Solvent-regulated preparation of well-intercalated Ti3C2Tx MXene nanosheets and application for highly effective electromagnetic wave absorption

Abstract

MXene-derived nanostructures provide the possibility of meeting the requirements of strong absorption, thin thickness and flexible layer for electromagnetic (EM) wave absorption. However, exploration of pure and well-intercalated MXene nanosheets for efficient EM wave absorption is still in the nascent stages. Herein, Ti3C2Tx nanosheets with solvent-manipulated properties were achieved via ultrasonication-solvothermal treatment of bulk Ti3C2Tx in different solvents including dimethylformamide (DMF), ethanol, and dimethyl sulfoxide (DMSO), respectively, because of their combined influences of molecular size, oxidation capability, and boiling point. Especially, it was found that a larger layer space and less oxidation effects on the Ti3C2Tx nanosheets were observed upon solvothermal treatment in DMF than those in ethanol or DMSO treatment.

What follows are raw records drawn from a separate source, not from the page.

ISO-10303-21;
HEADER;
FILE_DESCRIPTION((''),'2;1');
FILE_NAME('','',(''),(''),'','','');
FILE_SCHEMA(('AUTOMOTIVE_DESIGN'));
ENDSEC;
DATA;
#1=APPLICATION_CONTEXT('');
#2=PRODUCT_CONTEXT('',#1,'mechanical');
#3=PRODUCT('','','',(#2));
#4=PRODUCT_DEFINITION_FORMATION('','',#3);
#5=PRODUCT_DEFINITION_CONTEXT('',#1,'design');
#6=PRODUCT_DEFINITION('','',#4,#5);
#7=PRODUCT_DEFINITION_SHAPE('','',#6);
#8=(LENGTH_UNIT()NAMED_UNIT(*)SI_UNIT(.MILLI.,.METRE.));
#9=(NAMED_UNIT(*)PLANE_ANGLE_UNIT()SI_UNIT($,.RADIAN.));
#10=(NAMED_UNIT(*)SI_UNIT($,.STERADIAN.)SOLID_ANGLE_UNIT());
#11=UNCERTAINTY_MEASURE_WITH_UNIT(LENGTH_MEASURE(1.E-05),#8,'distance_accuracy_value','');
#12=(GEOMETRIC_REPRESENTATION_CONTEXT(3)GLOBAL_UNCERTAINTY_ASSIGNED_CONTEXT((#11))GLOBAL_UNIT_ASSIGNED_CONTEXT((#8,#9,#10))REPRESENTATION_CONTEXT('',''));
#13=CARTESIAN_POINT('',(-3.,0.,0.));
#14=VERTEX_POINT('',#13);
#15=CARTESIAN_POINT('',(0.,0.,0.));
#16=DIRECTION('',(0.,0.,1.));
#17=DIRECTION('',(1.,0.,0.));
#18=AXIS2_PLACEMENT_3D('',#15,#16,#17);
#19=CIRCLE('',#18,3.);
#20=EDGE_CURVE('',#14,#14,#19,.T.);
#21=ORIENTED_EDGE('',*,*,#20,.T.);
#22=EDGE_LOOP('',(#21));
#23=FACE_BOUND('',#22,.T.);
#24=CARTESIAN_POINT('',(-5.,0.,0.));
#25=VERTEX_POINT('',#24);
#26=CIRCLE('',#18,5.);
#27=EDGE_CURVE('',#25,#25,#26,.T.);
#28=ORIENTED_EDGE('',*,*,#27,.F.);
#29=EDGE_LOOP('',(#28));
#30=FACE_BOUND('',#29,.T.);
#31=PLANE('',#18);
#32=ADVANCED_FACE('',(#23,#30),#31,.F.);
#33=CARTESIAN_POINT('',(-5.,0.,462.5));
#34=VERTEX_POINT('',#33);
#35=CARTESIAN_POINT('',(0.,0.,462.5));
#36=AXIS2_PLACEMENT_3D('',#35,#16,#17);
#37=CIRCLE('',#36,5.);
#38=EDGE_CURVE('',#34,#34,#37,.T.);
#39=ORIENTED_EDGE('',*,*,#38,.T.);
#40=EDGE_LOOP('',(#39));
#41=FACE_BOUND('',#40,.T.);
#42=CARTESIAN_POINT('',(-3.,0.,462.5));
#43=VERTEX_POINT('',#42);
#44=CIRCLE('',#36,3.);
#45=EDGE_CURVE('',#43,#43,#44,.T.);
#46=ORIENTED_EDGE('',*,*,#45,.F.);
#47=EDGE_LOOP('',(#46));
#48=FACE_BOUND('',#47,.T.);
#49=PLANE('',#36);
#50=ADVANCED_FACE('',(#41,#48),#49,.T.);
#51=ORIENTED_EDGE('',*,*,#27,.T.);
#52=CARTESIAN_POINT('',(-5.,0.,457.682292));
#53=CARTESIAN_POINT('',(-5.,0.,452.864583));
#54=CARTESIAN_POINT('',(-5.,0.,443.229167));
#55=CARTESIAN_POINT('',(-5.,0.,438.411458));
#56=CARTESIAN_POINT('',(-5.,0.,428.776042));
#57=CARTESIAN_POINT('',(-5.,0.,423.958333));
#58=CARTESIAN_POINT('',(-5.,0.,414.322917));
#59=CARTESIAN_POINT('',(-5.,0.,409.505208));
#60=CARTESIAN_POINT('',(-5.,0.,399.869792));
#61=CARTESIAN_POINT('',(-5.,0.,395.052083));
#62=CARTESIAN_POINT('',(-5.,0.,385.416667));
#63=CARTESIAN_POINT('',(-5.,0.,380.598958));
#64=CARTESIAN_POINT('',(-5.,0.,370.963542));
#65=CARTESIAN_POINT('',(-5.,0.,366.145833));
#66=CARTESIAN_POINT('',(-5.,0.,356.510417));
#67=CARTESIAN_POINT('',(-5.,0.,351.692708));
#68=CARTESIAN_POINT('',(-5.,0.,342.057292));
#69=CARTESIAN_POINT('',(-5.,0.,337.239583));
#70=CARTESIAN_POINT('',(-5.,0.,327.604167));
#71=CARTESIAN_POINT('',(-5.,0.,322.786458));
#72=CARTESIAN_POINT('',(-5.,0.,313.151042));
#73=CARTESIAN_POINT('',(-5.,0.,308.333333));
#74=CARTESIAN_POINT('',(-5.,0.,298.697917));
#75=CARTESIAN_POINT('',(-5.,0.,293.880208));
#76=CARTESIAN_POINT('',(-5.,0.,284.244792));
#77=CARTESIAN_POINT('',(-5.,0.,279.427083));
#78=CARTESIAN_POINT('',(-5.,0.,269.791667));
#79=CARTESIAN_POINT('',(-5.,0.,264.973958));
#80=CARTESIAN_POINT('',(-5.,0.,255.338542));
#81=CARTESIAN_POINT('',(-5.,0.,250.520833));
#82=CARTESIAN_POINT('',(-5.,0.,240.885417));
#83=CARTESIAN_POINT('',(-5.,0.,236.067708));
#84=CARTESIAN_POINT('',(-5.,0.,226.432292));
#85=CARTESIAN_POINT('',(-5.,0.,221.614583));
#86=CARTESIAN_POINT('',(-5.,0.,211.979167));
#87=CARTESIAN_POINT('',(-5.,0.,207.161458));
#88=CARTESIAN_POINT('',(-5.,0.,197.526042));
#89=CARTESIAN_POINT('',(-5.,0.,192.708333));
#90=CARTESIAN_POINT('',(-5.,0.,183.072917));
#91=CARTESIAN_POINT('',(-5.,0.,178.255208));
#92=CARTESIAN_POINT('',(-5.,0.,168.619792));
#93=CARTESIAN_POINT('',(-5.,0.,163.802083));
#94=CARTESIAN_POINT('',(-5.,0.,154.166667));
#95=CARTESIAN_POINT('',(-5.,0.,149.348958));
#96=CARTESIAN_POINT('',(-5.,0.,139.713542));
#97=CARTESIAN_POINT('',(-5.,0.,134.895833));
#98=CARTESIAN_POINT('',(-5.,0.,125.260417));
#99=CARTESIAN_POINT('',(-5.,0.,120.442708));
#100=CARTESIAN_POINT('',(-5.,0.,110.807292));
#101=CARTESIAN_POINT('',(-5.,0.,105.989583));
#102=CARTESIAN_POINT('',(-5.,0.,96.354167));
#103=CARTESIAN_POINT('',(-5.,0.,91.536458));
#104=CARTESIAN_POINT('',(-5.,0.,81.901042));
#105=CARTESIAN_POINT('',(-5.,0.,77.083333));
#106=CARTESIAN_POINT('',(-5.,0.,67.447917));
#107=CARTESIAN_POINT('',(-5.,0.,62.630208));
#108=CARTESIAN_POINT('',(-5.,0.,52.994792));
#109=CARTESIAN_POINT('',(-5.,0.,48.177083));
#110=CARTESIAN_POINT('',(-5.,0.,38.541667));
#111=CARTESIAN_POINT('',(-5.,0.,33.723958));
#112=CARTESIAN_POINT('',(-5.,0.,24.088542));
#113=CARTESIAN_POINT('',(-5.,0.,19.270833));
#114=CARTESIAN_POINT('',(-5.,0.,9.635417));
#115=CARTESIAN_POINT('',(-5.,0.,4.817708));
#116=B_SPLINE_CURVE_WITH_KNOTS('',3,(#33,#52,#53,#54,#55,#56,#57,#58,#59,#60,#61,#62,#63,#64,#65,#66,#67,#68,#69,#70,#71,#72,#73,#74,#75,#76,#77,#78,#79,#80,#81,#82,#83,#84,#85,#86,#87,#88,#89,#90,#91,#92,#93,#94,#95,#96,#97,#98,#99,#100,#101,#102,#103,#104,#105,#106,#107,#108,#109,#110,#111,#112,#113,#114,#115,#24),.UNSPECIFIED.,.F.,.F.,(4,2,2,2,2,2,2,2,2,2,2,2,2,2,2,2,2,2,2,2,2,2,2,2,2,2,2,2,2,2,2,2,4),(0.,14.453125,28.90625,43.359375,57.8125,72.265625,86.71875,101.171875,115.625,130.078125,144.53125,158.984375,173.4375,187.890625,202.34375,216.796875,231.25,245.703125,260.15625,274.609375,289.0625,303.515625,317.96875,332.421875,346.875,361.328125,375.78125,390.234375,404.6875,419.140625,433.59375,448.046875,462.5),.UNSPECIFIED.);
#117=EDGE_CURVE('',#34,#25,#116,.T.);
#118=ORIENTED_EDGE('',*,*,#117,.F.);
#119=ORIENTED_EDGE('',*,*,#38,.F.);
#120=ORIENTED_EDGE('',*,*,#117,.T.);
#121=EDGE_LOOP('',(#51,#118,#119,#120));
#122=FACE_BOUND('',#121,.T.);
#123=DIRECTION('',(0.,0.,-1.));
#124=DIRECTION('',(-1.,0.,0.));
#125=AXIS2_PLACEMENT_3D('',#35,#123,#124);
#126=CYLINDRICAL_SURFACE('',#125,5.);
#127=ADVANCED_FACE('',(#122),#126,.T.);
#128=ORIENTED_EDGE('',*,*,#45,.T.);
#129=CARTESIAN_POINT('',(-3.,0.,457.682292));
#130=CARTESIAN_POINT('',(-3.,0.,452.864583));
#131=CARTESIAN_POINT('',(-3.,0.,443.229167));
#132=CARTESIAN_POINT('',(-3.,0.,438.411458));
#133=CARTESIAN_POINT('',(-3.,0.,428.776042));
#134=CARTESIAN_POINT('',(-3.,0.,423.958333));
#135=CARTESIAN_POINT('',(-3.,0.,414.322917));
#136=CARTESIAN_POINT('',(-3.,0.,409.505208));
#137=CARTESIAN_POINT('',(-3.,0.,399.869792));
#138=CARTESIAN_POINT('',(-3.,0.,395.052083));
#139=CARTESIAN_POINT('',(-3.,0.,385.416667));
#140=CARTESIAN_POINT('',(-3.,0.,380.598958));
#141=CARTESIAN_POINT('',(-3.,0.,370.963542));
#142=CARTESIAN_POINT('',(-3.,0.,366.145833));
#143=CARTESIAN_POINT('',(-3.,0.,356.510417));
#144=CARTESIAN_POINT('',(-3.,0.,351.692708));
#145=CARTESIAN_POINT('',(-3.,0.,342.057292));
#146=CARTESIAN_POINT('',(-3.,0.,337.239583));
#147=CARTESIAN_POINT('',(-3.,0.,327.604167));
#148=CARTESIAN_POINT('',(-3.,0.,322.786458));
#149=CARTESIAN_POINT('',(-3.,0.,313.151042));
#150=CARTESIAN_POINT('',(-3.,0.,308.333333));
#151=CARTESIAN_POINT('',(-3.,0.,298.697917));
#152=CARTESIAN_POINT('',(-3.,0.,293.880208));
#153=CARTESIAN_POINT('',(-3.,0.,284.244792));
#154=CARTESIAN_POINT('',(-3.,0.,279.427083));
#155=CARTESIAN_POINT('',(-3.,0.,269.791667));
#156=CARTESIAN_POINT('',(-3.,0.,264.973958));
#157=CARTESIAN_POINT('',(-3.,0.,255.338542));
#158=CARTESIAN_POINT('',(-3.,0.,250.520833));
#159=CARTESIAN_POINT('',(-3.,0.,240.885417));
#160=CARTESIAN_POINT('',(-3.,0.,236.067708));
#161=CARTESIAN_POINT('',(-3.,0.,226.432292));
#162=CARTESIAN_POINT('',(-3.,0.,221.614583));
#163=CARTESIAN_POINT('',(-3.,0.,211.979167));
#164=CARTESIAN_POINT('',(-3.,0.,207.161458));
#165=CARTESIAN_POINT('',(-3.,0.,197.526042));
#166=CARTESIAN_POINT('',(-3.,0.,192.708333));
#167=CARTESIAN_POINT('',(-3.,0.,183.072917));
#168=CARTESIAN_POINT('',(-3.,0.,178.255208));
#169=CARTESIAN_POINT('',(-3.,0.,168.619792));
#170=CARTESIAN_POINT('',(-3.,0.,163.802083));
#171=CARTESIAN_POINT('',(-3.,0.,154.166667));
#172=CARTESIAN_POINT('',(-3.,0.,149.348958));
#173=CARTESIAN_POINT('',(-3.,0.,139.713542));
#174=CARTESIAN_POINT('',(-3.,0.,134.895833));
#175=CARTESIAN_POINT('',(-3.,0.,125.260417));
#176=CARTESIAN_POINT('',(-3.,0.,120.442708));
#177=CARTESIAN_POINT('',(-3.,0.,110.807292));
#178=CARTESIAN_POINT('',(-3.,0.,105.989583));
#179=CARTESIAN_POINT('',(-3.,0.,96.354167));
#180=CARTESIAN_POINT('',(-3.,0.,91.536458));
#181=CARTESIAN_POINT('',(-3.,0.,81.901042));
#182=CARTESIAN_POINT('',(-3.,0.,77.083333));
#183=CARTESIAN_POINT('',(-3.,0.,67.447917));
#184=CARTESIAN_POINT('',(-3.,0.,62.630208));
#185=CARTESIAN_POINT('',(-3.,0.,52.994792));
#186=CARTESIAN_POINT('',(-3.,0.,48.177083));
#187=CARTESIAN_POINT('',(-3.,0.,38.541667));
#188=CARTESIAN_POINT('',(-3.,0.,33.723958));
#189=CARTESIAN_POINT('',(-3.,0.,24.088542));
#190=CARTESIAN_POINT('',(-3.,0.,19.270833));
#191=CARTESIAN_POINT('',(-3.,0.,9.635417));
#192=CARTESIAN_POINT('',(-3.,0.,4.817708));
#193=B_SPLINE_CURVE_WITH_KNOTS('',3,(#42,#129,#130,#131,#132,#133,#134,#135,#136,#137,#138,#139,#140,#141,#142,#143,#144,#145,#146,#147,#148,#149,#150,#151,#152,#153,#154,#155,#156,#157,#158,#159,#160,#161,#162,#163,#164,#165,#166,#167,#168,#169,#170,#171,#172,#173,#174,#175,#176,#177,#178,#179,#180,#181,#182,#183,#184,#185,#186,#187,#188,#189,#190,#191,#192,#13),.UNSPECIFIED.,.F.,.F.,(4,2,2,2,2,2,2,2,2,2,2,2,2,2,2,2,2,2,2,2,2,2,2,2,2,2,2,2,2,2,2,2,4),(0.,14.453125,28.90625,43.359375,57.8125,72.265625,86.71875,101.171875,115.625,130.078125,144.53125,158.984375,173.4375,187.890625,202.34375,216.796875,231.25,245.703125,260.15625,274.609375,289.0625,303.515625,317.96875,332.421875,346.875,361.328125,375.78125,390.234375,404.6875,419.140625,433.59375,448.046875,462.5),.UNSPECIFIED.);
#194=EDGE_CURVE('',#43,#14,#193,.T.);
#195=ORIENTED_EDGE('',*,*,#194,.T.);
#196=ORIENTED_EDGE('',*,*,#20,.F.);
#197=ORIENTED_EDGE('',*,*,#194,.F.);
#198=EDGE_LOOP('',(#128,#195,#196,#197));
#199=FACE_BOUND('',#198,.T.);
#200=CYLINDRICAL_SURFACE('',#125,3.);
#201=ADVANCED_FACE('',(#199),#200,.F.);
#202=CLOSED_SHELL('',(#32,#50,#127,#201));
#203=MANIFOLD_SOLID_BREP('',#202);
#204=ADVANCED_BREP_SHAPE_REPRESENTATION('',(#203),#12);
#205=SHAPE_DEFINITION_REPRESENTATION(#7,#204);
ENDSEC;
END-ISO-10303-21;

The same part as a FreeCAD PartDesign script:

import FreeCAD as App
import Part
import Sketcher

V = App.Vector
Q = App.Units.Quantity

doc = App.newDocument("Part")
body = doc.addObject("PartDesign::Body", "Body")

sketch1 = body.newObject("Sketcher::SketchObject", "Sketch")
sketch1.AttachmentSupport = (doc.getObject("XY_Plane"), [""])
sketch1.MapMode = "FlatFace"
sketch1.addGeometry([
    Part.Circle(V(0, 0, 0), V(0, 0, 1), 5),
    Part.Circle(V(0, 0, 0), V(0, 0, 1), 3),
], False)
sketch1.addConstraint([
    Sketcher.Constraint("Coincident", 0, 3, -1, 1),
    Sketcher.Constraint("Coincident", 1, 3, -1, 1),
    Sketcher.Constraint("Diameter", 0, Q("10 mm")),
    Sketcher.Constraint("Diameter", 1, Q("6 mm")),
])
pad1 = body.newObject("PartDesign::Pad", "Pad")
pad1.Profile = sketch1
pad1.Length = 462.5

doc.recompute()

As a result, the DMF-treated Ti3C2Tx nanosheets can be used as highly effective dielectric materials for EM wave absorption. The reflection loss value reached −41.9 dB (more than 99.99%) at 13.4 GHz with the sample thickness of only 1.1 mm. Characterization techniques including scanning electron microscopy, transmission electron microscopy, atomic force microscopy, x-ray diffraction, x-ray photoelectron spectroscopy, Fourier transform infrared spectroscopy, and density functional theory calculation were used to elaborate the possible mechanisms.